Balenciaga goes where fashion hasn’t dared go before

BALENCIAGA FASHION 1
Models present looks at the Valentino fall 2022 fashion show in Paris, March 6, 2022. (Photo: NYTimes)
In a cold, dark airplane hangar on the edge of Paris, as reports broke of more than 1.5 million refugees fleeing through Europe from Ukraine, Demna, the mononymic designer of Balenciaga who had fled Georgia as a 12-year-old during that country’s civil war, built an enormous snow globe and let loose a storm.اضافة اعلان

Into the wind struggled men and women clutching faux trash bags seemingly filled with belongings, slipping in spike-heeled boots, clutching big black coats that flew out around them, heads down. A few were shivering in boxer shorts, with only towellike shawls for protection. Long dresses streamed backward. The music pounded; overhead, lights flashed in the obscured sky.

Outside the glass an audience watched, clutching blue and yellow T-shirts the shades and almost the size of the Ukrainian flag that had been left on every seat, along with a note from the designer.

The war had, Demna wrote in the note, “triggered the pain of a past trauma I have carried in me since 1993, when the same thing happened in my country and I became a forever refugee. Forever, because that’s something that stays with you. The fear, the desperation, the realization that no one wants you.”


(Photo: NYTimes)

Thus, Demna did a collection originally meant as a commentary on climate change — a theme Demna began exploring before the pandemic and which he here intended as a meditation on an imaginary future where snow is relegated to the status of man-made fantasy — become instead an exceptionally powerful response to war.

For the last week and a half of conflict, fashion has been almost apologetic about its own existence; about daring to offer a frivolous, unnecessary product amid a global crisis. There’s been a lot of lip service to the idea of beauty as a salve; a lot of “All I can do is what I do best” sort of thing. A lot of reminding about all the people that the industry employs.

It was built on a single shade: a sort of signature hot pink — dubbed Pink PP, about to become an official Pantone color — that also was the tint of the walls and floor. There was a brief section of black, as a sort of palate cleanser, but it was the pink that stood out And offered an update to the classic Valentino red. Pink everywhere you looked, except the faces, which stood out, each on its own. The effect was a little dizzying, but it made the point.

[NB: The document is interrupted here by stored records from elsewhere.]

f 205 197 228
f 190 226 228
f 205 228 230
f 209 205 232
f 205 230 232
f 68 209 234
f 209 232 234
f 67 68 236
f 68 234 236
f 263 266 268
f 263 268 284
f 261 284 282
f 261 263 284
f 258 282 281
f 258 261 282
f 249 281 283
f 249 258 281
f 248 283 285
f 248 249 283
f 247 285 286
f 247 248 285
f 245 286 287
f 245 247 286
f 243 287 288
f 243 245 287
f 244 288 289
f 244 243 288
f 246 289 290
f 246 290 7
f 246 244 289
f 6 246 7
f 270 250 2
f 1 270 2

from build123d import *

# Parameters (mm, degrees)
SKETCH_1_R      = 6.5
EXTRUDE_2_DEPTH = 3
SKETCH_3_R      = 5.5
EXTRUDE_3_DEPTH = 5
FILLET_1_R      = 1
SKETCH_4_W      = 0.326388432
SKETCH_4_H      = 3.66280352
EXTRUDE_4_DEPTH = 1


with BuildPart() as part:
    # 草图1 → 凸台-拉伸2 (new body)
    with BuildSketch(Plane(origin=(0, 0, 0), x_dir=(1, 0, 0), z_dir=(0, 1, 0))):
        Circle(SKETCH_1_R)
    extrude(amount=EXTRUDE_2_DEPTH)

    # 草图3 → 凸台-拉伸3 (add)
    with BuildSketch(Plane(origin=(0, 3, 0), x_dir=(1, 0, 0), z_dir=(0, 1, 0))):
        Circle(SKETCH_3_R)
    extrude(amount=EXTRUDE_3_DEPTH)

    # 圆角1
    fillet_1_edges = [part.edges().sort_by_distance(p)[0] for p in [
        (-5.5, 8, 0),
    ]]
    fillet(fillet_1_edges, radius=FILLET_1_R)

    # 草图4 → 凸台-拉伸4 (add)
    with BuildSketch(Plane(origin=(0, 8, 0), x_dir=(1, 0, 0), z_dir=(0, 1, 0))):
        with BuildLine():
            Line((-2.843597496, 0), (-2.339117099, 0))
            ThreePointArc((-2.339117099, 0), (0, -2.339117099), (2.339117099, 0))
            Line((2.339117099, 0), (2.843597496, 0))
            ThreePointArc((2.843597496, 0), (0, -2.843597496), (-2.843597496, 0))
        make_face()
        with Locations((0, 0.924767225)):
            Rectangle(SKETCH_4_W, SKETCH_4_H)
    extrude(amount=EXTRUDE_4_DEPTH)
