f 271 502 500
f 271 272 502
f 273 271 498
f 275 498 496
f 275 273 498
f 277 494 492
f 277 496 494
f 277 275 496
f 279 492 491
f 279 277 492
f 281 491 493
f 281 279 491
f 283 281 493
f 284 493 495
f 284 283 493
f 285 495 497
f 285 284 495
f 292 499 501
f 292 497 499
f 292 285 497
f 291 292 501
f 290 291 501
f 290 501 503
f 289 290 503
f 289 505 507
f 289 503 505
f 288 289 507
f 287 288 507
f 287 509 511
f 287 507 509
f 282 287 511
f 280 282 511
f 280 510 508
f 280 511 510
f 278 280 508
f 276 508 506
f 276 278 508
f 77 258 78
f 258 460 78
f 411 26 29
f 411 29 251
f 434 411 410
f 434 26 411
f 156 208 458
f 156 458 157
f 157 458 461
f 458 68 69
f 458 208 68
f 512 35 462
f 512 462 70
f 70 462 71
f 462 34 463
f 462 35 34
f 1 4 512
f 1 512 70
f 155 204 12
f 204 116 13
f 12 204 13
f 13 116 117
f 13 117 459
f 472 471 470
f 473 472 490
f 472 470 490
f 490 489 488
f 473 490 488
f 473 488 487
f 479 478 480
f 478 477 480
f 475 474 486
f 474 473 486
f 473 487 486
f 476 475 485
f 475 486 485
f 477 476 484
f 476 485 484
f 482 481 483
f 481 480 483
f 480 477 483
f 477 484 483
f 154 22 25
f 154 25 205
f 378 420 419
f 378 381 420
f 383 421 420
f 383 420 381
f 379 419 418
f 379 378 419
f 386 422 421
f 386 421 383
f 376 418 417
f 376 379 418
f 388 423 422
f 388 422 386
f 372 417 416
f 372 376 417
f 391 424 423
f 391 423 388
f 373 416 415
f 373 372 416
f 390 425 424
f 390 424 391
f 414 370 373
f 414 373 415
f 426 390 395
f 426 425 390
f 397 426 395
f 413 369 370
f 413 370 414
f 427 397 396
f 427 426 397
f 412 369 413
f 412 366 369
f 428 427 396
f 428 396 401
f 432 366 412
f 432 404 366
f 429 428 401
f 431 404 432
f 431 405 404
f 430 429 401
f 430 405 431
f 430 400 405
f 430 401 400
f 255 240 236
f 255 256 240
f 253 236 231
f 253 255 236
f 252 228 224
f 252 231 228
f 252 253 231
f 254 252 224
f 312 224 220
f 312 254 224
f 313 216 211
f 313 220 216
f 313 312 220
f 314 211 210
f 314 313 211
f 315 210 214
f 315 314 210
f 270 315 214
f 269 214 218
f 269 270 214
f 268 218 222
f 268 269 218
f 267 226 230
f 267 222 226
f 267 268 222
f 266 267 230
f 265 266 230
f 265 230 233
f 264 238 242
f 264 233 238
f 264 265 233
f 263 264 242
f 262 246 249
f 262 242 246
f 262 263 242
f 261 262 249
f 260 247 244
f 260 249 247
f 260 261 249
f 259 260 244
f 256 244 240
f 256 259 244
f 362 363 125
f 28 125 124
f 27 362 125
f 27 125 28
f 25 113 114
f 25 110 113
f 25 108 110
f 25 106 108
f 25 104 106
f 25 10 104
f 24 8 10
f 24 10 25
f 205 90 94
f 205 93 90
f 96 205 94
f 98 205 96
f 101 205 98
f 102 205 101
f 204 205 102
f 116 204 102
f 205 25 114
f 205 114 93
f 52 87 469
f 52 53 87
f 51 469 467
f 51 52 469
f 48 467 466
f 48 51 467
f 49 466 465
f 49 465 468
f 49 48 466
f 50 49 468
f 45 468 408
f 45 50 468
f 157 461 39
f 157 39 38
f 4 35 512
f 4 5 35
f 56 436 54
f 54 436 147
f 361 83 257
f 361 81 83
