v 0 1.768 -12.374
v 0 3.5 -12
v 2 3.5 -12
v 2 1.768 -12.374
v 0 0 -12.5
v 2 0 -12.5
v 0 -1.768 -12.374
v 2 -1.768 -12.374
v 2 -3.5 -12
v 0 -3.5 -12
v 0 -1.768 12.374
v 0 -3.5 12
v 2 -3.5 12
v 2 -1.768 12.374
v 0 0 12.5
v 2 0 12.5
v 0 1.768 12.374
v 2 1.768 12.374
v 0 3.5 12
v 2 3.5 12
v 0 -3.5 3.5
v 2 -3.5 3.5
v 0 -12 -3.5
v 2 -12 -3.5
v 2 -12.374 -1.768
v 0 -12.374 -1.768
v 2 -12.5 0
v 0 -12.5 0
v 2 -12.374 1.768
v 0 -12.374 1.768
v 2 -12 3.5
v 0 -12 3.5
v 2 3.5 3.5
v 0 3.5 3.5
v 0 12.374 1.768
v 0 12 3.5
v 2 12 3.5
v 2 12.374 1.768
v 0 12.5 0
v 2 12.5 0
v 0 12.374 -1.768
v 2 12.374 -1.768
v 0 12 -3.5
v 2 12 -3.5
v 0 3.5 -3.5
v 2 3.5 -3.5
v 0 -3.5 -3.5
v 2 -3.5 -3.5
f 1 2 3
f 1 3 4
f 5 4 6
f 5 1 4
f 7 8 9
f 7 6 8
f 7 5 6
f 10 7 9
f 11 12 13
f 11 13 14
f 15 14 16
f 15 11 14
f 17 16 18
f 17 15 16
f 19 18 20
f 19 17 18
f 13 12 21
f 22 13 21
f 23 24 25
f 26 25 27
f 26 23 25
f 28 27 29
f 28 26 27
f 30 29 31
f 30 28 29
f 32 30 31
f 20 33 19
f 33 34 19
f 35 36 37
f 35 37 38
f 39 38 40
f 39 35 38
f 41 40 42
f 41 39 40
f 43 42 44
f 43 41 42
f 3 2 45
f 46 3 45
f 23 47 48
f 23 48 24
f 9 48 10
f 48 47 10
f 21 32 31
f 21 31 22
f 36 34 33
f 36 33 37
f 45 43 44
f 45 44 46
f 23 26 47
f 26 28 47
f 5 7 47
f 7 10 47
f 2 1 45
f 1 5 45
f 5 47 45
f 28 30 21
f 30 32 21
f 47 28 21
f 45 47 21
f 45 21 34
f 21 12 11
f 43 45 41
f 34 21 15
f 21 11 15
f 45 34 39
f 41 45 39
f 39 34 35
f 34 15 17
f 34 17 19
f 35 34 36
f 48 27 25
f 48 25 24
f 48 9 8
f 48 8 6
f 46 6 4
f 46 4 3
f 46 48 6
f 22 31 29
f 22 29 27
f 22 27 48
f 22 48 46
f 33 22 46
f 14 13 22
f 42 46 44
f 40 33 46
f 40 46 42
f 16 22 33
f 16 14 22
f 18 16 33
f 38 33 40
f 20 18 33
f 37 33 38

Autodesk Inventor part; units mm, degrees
ref_plane "YZ Plane" through (0, 0, 0) normal (1, 0, 0) x (0, 1, 0)
ref_plane "XZ Plane" through (0, 0, 0) normal (0, 1, 0) x (-1, 0, 0)
ref_plane "XY Plane" through (0, 0, 0) normal (0, 0, 1) x (1, 0, 0)
sketch "スケッチ1" plane through (0, 0, 0) normal (1, 0, 0) x (0, 1, 0)
  circle A0 centre (0, 0) radius 10
  circle A1 centre (0, 0) radius 12.5
  line L0 (3.5, 12.5) -> (-3.5, 12.5)
  line L1 (-3.5, 12.5) -> (-3.5, -12.5)
  line L2 (-3.5, -12.5) -> (3.5, -12.5)
  line L3 (3.5, -12.5) -> (3.5, 12.5)
  line L4 (3.5, 12.5) -> (-3.5, -12.5) construction
  line L5 (-3.5, 12.5) -> (3.5, -12.5) construction
  line L6 (-12.5, 3.5) -> (12.5, 3.5)
  line L7 (12.5, 3.5) -> (12.5, -3.5)
  line L8 (12.5, -3.5) -> (-12.5, -3.5)
  line L9 (-12.5, -3.5) -> (-12.5, 3.5)
  line L10 (-12.5, 3.5) -> (12.5, -3.5) construction
  line L11 (12.5, 3.5) -> (-12.5, -3.5) construction
  point P0 (12, -3.5)
  point P1 (12, 3.5)
  point P2 (3.5, 3.5)
  point P3 (3.5, 12)
  point P4 (-3.5, 12)
  point P5 (-3.5, 3.5)
  point P6 (-12, 3.5)
  point P7 (-12, -3.5)
  point P8 (-3.5, -3.5)
  point P9 (-3.5, -12)
  point P10 (3.5, -12)
  point P11 (3.5, -3.5)
  dimension "d0" = 20
  dimension "d1" = 25
  dimension "d2" = 7
  dimension "d3" = 25
  dimension "d4" = 25
  dimension "d5" = 7
extrude "押し出し1" add sketch "スケッチ1" along normal blind 2 contours A0 L8 L3 L6 | A0 L6 A1 L8 | L3 L6 L1 A0 | A0 L1 A1 L3 | L3 L8 L1 L6 | L3 A1 L1 A0 | A0 L1 L8 L3 | L1 L8 A0 L6 | A0 L8 A1 L6
equation "\"d5\" = d2"
properties part number "RubberSheet_1"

Of course, simply getting down to the job, as Matthew Williams did at Givenchy, is OK too.

He combined the streetwear influences first brought to the brand by Riccardo Tisci (layered tees, like a tour through logos past; nylon hooded anoraks beneath tailored jackets; thigh-high leather boots) with its clichés (“Breakfast at Tiffany’s” pearls; ruffled amalgamations of tulle and organza) plus his own affinity for a bit of hardware. The result was his most coherent collection yet.

Yet there’s no reason, as Demna proved, that designers should be afraid of grappling with the tough stuff. He had almost, he said in his notes, canceled the Balenciaga show, until “I realized canceling this show would mean giving in.” So instead, he shook it up. It was a risk.

After all, very expensive leather trash bags veer dangerously close to deeply bad taste. Although this is the same designer that made very expensive versions of the Ikea bag. Part of his shtick is elevating the unseen everyday to deluxe status, poking fun at the pomposity of the fashion beast.

And the fact that some of his models were wrapped in Balenciaga-branded packing tape catsuits could seem very much like a runway-only social-media-catnip gimmick.

Yet backstage, after the show, Demna said the tape wasn’t just a joke — it was also a nod to the dress-up experiments he’d done as a rootless child. And that they’d be selling the rolls in stores, so everyone would be able to DIY their own look, in a sort of extreme version of make do and mend.

One that made crystal clear that for him, the clothes themselves, in ready-to-wear anyway, may be the least of the matter. After all, a dress silk-screened to mimic lace and bags made from melded pairs of boots, long jersey dresses, hoodies, asymmetric florals, and enveloping greatcoats — looked pretty much the same as it has for a few seasons now.

But combined with the Simpsons show of last season; the experiments with virtual reality; the earlier immersive climate change scenarios; plus the Donda shows he worked on with Ye; the roiling depiction of refugees under glass confirmed Demna’s position as the greatest scenographer in fashion, and its most fearless.

His subject isn’t silhouette, it’s the human condition — on an epic, pop culture scale.